Top of DATA FOR THIS EXERCISE
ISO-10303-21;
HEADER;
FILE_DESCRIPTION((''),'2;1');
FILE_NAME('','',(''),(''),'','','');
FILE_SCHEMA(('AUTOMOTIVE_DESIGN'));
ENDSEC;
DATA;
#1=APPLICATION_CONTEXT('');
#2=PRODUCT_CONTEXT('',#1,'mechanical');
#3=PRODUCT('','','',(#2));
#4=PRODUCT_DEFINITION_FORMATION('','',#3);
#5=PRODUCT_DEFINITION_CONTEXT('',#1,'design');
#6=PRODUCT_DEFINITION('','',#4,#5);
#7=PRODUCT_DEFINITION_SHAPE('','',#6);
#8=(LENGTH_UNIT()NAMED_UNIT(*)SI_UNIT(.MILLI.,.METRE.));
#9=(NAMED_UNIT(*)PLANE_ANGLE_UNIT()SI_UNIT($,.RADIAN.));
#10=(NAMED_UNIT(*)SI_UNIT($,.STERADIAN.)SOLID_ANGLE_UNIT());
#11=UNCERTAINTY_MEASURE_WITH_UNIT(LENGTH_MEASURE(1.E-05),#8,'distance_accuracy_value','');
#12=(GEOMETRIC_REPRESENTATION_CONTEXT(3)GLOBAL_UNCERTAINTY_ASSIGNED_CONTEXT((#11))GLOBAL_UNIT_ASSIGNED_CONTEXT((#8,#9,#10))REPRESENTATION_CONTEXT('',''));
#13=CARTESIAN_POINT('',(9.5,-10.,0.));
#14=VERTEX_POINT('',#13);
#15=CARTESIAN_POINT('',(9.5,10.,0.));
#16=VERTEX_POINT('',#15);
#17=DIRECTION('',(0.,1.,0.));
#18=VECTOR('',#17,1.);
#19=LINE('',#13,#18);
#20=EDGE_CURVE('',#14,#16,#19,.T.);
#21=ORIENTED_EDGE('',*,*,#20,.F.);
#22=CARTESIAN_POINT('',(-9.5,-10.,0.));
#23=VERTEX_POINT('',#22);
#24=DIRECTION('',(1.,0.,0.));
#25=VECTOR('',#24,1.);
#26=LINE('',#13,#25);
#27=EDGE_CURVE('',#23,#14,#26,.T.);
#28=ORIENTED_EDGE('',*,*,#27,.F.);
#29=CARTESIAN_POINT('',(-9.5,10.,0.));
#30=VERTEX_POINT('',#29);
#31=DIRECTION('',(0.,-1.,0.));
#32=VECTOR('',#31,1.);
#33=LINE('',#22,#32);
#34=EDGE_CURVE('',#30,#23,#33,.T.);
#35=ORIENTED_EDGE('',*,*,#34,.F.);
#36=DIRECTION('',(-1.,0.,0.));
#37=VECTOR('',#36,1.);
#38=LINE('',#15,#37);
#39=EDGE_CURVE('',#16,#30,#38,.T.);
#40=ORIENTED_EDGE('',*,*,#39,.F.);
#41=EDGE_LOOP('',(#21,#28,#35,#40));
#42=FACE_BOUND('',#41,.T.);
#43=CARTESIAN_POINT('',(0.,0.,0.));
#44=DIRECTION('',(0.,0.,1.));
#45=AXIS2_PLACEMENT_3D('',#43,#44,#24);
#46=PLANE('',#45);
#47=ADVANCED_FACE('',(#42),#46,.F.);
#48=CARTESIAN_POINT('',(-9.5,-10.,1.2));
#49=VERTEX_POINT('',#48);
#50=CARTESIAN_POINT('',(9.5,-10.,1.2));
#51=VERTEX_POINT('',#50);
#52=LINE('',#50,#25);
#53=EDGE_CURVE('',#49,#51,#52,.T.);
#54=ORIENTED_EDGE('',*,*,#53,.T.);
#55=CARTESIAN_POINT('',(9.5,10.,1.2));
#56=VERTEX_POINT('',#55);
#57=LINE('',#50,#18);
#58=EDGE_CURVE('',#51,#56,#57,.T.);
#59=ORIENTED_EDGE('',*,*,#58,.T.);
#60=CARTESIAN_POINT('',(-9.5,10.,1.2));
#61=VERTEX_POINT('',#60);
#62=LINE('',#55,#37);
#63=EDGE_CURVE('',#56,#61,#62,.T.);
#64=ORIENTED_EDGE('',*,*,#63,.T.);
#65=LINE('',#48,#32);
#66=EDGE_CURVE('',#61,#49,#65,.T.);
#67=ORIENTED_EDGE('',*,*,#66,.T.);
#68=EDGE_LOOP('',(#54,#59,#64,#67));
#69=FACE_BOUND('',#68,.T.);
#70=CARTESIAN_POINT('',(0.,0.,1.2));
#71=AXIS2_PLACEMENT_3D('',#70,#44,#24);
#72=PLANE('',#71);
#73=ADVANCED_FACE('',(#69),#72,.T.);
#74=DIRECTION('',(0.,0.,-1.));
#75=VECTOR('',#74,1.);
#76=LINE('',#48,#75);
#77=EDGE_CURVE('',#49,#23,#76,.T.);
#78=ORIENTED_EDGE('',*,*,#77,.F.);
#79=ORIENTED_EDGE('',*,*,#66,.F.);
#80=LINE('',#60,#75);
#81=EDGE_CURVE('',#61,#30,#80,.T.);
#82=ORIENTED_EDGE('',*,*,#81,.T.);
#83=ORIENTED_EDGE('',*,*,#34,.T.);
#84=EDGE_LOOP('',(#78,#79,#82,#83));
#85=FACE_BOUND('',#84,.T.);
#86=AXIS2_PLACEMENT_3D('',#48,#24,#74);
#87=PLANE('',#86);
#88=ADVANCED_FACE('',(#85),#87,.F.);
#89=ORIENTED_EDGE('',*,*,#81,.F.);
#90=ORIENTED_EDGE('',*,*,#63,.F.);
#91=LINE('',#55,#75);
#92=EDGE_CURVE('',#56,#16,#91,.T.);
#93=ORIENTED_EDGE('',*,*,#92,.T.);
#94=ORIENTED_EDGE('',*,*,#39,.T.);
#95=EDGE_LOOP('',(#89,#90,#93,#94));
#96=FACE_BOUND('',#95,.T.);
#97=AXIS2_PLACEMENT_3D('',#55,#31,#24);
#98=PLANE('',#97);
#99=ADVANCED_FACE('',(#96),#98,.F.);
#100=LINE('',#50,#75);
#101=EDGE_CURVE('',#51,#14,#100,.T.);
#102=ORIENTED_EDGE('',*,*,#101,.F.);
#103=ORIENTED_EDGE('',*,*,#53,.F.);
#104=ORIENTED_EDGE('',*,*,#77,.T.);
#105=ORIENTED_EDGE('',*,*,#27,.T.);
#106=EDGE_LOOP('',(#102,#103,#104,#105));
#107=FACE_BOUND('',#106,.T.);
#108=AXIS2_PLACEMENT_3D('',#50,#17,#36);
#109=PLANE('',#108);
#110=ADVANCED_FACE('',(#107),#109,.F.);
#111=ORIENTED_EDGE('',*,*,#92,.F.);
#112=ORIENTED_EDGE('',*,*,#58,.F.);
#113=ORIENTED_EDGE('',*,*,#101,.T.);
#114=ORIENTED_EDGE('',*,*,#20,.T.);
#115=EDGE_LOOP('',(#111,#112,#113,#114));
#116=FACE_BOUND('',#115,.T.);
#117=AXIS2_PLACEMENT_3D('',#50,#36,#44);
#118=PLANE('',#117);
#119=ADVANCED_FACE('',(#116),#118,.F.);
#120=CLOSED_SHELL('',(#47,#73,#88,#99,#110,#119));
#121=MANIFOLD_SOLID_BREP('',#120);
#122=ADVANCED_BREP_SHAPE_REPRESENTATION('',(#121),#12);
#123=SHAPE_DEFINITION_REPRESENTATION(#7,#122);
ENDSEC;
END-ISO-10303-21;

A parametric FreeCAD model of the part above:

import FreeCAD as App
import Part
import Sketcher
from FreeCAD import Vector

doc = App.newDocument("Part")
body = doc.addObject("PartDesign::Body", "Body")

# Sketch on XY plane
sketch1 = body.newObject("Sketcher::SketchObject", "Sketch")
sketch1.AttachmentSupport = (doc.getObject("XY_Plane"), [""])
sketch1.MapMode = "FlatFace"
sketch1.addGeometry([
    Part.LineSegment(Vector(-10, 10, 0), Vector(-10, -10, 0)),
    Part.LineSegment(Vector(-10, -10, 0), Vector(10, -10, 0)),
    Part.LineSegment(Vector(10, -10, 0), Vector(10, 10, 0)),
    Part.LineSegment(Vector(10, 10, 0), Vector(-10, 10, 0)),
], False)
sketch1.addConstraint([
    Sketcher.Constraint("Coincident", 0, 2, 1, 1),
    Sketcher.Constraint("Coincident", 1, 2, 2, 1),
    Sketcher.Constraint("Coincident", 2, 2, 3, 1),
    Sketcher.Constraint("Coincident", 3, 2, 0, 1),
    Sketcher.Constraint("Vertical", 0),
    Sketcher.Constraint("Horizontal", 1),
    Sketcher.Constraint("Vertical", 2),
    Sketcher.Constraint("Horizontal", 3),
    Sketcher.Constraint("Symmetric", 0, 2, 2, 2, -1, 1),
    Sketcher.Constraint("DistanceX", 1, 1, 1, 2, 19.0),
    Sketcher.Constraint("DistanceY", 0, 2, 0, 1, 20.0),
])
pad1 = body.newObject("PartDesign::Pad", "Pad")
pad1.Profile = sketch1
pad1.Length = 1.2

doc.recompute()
Bottom of DATA FOR THIS EXERCISE
EXERCISE DIRECTIONS ▸ Return exactly what appears above, from the first line of the entries to the line with "#56=VERTEX_POINT('',#55);", inclusive.

WRITTEN RESPONSE ▸
ISO-10303-21;
HEADER;
FILE_DESCRIPTION((''),'2;1');
FILE_NAME('','',(''),(''),'','','');
FILE_SCHEMA(('AUTOMOTIVE_DESIGN'));
ENDSEC;
DATA;
#1=APPLICATION_CONTEXT('');
#2=PRODUCT_CONTEXT('',#1,'mechanical');
#3=PRODUCT('','','',(#2));
#4=PRODUCT_DEFINITION_FORMATION('','',#3);
#5=PRODUCT_DEFINITION_CONTEXT('',#1,'design');
#6=PRODUCT_DEFINITION('','',#4,#5);
#7=PRODUCT_DEFINITION_SHAPE('','',#6);
#8=(LENGTH_UNIT()NAMED_UNIT(*)SI_UNIT(.MILLI.,.METRE.));
#9=(NAMED_UNIT(*)PLANE_ANGLE_UNIT()SI_UNIT($,.RADIAN.));
#10=(NAMED_UNIT(*)SI_UNIT($,.STERADIAN.)SOLID_ANGLE_UNIT());
#11=UNCERTAINTY_MEASURE_WITH_UNIT(LENGTH_MEASURE(1.E-05),#8,'distance_accuracy_value','');
#12=(GEOMETRIC_REPRESENTATION_CONTEXT(3)GLOBAL_UNCERTAINTY_ASSIGNED_CONTEXT((#11))GLOBAL_UNIT_ASSIGNED_CONTEXT((#8,#9,#10))REPRESENTATION_CONTEXT('',''));
#13=CARTESIAN_POINT('',(9.5,-10.,0.));
#14=VERTEX_POINT('',#13);
#15=CARTESIAN_POINT('',(9.5,10.,0.));
#16=VERTEX_POINT('',#15);
#17=DIRECTION('',(0.,1.,0.));
#18=VECTOR('',#17,1.);
#19=LINE('',#13,#18);
#20=EDGE_CURVE('',#14,#16,#19,.T.);
#21=ORIENTED_EDGE('',*,*,#20,.F.);
#22=CARTESIAN_POINT('',(-9.5,-10.,0.));
#23=VERTEX_POINT('',#22);
#24=DIRECTION('',(1.,0.,0.));
#25=VECTOR('',#24,1.);
#26=LINE('',#13,#25);
#27=EDGE_CURVE('',#23,#14,#26,.T.);
#28=ORIENTED_EDGE('',*,*,#27,.F.);
#29=CARTESIAN_POINT('',(-9.5,10.,0.));
#30=VERTEX_POINT('',#29);
#31=DIRECTION('',(0.,-1.,0.));
#32=VECTOR('',#31,1.);
#33=LINE('',#22,#32);
#34=EDGE_CURVE('',#30,#23,#33,.T.);
#35=ORIENTED_EDGE('',*,*,#34,.F.);
#36=DIRECTION('',(-1.,0.,0.));
#37=VECTOR('',#36,1.);
#38=LINE('',#15,#37);
#39=EDGE_CURVE('',#16,#30,#38,.T.);
#40=ORIENTED_EDGE('',*,*,#39,.F.);
#41=EDGE_LOOP('',(#21,#28,#35,#40));
#42=FACE_BOUND('',#41,.T.);
#43=CARTESIAN_POINT('',(0.,0.,0.));
#44=DIRECTION('',(0.,0.,1.));
#45=AXIS2_PLACEMENT_3D('',#43,#44,#24);
#46=PLANE('',#45);
#47=ADVANCED_FACE('',(#42),#46,.F.);
#48=CARTESIAN_POINT('',(-9.5,-10.,1.2));
#49=VERTEX_POINT('',#48);
#50=CARTESIAN_POINT('',(9.5,-10.,1.2));
#51=VERTEX_POINT('',#50);
#52=LINE('',#50,#25);
#53=EDGE_CURVE('',#49,#51,#52,.T.);
#54=ORIENTED_EDGE('',*,*,#53,.T.);
#55=CARTESIAN_POINT('',(9.5,10.,1.2));
#56=VERTEX_POINT('',#55);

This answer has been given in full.